When a transaction is committed by default all remaining results for a query are loaded so that the query is usable thereafter. With a large result set you clearly don't want this to happen. So in this case you should set the query hint datanucleus.query.loadResultsAtCommit to false.

To do this on a per query basis for JPA you would do

query.setHint("datanucleus.query.loadResultsAtCommit", "false");

Result Set : Caching of Results

When you execute a query, the query results are typically loaded when the user accesses each row. Results that have been read can then be cached locally. You can control this caching to optimise it for your memory requirements. You can set the query hint datanucleus.query.resultCacheType and it has the following possible values

  • weak : use a weak reference map for caching (default)
  • soft : use a soft reference map for caching
  • hard : use a Map for caching (objects not garbage collected)
  • none : no caching (hence uses least memory)

To do this on a per query basis, you would do

query.setHint("datanucleus.query.resultCacheType", "weak");

Large Result Sets : Size

If you have a large result set you clearly don't want to instantiate all objects since this would hit the memory footprint of your application.

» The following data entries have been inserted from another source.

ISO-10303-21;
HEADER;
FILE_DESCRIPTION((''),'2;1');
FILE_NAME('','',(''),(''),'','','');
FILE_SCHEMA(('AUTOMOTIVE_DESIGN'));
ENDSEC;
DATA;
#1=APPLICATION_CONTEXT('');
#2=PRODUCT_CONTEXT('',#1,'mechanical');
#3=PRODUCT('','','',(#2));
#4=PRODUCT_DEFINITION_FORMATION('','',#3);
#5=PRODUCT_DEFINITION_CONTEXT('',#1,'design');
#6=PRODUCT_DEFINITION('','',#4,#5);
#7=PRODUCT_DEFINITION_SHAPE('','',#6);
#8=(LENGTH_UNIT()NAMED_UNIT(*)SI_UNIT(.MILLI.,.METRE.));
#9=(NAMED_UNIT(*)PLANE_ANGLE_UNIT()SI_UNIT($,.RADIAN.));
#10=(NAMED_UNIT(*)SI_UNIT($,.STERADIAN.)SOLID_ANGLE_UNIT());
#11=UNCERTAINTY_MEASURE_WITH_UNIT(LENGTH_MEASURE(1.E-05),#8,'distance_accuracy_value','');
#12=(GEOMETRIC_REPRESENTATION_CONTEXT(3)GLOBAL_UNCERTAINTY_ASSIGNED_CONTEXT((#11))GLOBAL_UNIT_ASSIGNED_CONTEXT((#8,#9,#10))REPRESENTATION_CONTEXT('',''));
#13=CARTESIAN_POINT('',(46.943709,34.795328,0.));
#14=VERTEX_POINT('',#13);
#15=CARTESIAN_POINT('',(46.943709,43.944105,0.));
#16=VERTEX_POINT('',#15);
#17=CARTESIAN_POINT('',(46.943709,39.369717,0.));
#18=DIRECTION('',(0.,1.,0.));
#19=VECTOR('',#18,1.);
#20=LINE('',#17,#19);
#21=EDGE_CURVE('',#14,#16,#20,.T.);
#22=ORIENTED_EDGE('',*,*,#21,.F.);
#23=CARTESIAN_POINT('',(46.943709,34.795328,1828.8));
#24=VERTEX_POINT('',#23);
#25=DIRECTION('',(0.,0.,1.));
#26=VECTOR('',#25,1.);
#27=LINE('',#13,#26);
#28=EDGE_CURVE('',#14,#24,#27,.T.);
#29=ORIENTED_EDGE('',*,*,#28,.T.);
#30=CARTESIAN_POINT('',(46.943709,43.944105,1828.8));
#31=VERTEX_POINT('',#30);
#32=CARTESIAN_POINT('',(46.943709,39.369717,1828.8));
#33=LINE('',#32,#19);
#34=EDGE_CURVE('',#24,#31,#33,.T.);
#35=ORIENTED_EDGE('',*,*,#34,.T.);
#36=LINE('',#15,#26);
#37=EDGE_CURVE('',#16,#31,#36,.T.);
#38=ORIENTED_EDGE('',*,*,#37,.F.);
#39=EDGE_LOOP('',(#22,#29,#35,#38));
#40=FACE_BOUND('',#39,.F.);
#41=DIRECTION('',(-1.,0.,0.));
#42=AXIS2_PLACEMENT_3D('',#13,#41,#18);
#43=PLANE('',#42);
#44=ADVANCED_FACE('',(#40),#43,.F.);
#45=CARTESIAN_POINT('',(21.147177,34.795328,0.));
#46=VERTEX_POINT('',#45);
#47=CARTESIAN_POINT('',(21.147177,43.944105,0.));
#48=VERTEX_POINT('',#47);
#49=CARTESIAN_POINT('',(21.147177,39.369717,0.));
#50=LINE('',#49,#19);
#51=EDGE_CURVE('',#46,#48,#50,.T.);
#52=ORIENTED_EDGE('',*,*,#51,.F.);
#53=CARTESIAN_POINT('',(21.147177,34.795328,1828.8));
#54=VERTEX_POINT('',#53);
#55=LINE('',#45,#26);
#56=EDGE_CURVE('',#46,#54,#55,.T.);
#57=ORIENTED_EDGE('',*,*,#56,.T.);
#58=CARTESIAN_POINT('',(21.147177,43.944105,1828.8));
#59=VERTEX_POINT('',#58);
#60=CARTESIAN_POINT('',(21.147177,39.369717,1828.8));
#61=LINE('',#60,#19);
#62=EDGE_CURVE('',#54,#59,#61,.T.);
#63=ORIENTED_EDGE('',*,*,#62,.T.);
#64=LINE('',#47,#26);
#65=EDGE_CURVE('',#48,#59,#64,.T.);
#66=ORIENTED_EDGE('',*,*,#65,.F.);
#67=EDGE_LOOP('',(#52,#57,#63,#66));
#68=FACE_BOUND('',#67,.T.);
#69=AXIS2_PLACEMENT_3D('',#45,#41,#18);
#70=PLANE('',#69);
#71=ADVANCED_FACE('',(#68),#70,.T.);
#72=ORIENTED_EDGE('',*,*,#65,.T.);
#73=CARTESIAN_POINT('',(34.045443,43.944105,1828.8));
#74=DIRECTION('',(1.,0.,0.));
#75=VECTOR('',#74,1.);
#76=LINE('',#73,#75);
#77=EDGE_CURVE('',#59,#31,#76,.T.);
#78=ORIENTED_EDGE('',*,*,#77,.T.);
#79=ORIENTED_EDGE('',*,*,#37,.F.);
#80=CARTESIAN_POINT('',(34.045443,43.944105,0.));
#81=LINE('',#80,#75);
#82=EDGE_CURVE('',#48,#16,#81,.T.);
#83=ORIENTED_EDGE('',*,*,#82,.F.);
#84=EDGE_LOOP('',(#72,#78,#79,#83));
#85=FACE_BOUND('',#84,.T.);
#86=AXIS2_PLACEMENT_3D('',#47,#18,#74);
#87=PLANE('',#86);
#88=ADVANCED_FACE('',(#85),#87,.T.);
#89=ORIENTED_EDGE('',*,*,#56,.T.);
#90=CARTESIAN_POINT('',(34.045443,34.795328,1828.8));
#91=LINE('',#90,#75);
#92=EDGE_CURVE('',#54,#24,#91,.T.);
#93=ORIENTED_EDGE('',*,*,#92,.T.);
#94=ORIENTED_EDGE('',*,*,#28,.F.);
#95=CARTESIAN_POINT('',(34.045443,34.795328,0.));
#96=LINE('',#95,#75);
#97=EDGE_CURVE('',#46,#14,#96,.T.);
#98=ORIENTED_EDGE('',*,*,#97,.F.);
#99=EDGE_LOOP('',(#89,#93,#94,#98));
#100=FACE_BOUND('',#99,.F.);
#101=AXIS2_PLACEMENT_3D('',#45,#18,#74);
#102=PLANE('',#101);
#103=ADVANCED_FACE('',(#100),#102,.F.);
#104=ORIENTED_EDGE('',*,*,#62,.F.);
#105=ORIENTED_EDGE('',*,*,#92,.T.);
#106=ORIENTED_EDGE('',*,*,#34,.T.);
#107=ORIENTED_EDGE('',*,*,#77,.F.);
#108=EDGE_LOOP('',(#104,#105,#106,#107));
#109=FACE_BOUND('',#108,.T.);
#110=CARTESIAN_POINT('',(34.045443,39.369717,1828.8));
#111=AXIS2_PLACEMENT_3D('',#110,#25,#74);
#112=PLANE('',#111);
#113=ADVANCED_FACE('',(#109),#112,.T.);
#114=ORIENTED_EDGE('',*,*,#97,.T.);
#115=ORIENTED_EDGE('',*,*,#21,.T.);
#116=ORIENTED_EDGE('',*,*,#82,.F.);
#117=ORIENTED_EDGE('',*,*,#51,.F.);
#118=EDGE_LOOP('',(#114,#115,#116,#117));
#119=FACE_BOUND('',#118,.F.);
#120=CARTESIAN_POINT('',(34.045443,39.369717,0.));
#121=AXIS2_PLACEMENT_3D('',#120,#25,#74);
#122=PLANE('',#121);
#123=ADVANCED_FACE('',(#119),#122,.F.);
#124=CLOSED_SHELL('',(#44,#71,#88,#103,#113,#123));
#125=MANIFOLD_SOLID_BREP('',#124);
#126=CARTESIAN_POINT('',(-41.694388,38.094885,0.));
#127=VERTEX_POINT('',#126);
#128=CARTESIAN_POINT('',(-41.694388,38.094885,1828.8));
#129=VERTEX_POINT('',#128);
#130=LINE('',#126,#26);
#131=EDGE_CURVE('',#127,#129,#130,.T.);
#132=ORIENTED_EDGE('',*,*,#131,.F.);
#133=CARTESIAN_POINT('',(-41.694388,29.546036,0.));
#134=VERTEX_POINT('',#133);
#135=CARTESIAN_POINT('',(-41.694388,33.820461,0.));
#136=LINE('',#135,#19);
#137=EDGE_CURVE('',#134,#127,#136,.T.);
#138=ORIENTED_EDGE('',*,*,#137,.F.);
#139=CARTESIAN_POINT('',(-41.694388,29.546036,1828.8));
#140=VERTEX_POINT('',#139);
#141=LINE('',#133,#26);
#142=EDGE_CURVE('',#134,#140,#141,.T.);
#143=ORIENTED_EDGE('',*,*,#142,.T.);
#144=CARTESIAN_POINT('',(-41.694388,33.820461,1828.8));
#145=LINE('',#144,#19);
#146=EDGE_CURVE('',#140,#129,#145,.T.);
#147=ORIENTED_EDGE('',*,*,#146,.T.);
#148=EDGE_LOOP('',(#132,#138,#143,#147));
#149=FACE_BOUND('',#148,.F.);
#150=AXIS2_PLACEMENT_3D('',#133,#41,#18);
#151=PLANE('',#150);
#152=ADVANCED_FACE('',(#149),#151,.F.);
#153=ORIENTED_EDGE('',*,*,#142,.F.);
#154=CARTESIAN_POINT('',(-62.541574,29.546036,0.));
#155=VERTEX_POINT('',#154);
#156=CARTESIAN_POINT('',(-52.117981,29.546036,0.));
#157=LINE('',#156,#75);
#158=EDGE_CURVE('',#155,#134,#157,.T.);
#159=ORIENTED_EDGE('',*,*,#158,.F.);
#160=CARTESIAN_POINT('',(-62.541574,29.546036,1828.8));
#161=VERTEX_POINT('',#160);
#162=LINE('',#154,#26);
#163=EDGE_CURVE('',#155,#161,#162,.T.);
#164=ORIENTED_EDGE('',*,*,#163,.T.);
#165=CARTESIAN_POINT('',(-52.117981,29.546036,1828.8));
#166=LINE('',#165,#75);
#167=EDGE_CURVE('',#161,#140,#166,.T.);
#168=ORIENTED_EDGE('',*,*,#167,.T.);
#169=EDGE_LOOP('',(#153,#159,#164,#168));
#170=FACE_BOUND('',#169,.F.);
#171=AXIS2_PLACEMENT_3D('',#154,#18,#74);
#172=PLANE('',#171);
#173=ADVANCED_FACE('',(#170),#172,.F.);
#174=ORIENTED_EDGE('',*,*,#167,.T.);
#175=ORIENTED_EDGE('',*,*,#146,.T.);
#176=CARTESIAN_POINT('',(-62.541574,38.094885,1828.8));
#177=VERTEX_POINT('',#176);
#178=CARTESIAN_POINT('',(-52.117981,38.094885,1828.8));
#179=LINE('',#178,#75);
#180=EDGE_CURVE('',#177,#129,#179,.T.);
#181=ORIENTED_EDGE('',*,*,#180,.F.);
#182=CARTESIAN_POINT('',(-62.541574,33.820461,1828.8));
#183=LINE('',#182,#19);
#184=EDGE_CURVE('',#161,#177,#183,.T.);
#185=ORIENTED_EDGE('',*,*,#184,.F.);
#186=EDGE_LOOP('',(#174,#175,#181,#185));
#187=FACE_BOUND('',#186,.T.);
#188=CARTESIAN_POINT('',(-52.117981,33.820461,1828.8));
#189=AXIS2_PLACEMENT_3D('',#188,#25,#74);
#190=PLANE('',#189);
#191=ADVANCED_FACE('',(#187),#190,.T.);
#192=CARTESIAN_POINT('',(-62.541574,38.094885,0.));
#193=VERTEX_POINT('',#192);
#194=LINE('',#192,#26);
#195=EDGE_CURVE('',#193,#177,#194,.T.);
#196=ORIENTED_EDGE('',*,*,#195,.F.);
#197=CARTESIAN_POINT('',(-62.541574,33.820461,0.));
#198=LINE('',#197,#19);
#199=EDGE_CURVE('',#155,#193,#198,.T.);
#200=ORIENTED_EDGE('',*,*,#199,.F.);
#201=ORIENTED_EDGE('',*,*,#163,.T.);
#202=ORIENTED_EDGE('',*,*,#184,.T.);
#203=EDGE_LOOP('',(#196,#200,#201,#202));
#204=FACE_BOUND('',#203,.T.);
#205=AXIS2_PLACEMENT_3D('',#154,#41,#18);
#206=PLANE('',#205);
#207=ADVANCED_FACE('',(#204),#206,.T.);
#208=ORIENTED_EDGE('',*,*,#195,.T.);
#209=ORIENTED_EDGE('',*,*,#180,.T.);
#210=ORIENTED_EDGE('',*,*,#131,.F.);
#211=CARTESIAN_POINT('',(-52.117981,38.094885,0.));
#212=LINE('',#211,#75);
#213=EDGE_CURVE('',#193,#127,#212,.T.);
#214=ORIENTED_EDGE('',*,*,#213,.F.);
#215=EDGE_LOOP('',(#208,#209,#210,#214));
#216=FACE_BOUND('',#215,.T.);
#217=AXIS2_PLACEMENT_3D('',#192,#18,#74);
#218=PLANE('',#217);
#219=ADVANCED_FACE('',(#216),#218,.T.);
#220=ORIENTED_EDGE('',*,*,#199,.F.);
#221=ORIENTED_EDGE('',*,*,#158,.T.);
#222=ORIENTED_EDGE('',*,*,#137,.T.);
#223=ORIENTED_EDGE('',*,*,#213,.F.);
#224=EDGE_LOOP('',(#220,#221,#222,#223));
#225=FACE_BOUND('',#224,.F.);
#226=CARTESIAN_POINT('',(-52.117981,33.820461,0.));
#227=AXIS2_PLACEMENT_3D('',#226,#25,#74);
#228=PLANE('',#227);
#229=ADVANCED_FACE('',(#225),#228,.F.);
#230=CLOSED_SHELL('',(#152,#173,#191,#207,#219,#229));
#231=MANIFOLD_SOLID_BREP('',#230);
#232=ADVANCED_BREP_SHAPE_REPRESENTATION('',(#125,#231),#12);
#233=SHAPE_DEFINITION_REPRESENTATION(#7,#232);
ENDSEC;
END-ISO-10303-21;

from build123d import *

# Parameters (mm, degrees)
F0_W     = 20.847186
F0_H     = 8.548849
F0_W_2   = 25.796532
F0_H_2   = 9.148777
F1_DEPTH = 1828.8


with BuildPart() as f1:
    # F0 (on Top) → F1 (new body)
    with BuildSketch(Plane.XY):
        with Locations((-52.117981, 33.820461)):
            Rectangle(F0_W, F0_H)
        with Locations((34.045443, 39.369717)):
            Rectangle(F0_W_2, F0_H_2)
    extrude(amount=F1_DEPTH)


solid = f1.part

To get the number of results many JDBC drivers, for example, will load all rows of the result set. This is to be avoided so DataNucleus provides control over the mechanism for getting the size of results. The persistence property datanucleus.query.resultSizeMethod has a default of last (which means navigate to the last object, hence hitting the JDBC driver problem). On RDBMS, if you set this to count then it will use a simple "count()" query to get the size.

To do this on a per query basis you would do

query.setHint("datanucleus.query.resultSizeMethod", "count");

RDBMS : Result Set Type

For RDBMS datastores, java.sql.ResultSet defines three possible result set types.

  • forward-only : the result set is navegable forwards only
  • scroll-sensitive : the result set is scrollable in both directions and is sensitive to changes in the datastore
  • scroll-insensitive : the result set is scrollable in both directions and is insensitive to changes in the datastore

DataNucleus allows specification of this type as a query extension datanucleus.rdbms.query.resultSetType.

To do this on a per query basis you would do

query.setHint("datanucleus.rdbms.query.resultSetType", "scroll-insensitive");

The default is forward-only. The benefit of the other two is that the result set will be scrollable and hence objects will only be read in to memory when accessed. So if you have a large result set you should set this to one of the scrollable values.


RDBMS : Result Set Control

DataNucleus RDBMS provides a useful extension allowing control over the ResultSet's that are created by queries. You have at your convenience some properties that give you the power to control whether the result set is read only, whether it can be read forward only, the direction of fetching etc.

To do this on a per query basis you would do

query.setHint("datanucleus.rdbms.query.fetchDirection", "forward");
query.setHint("datanucleus.rdbms.query.resultSetConcurrency", "read-only");

Alternatively you can specify these as persistence properties so that they apply to all queries for that PMF/EMF. Again, the properties are

  • datanucleus.rdbms.query.fetchDirection - controls the direction that the ResultSet is navigated. By default this is forwards only. Use this property to change that.
  • datanucleus.rdbms.query.resultSetConcurrency - controls whether the ResultSet is read only or updateable.

Bear in mind that not all RDBMS support all of the possible values for these options. That said, they do add a degree of control that is often useful.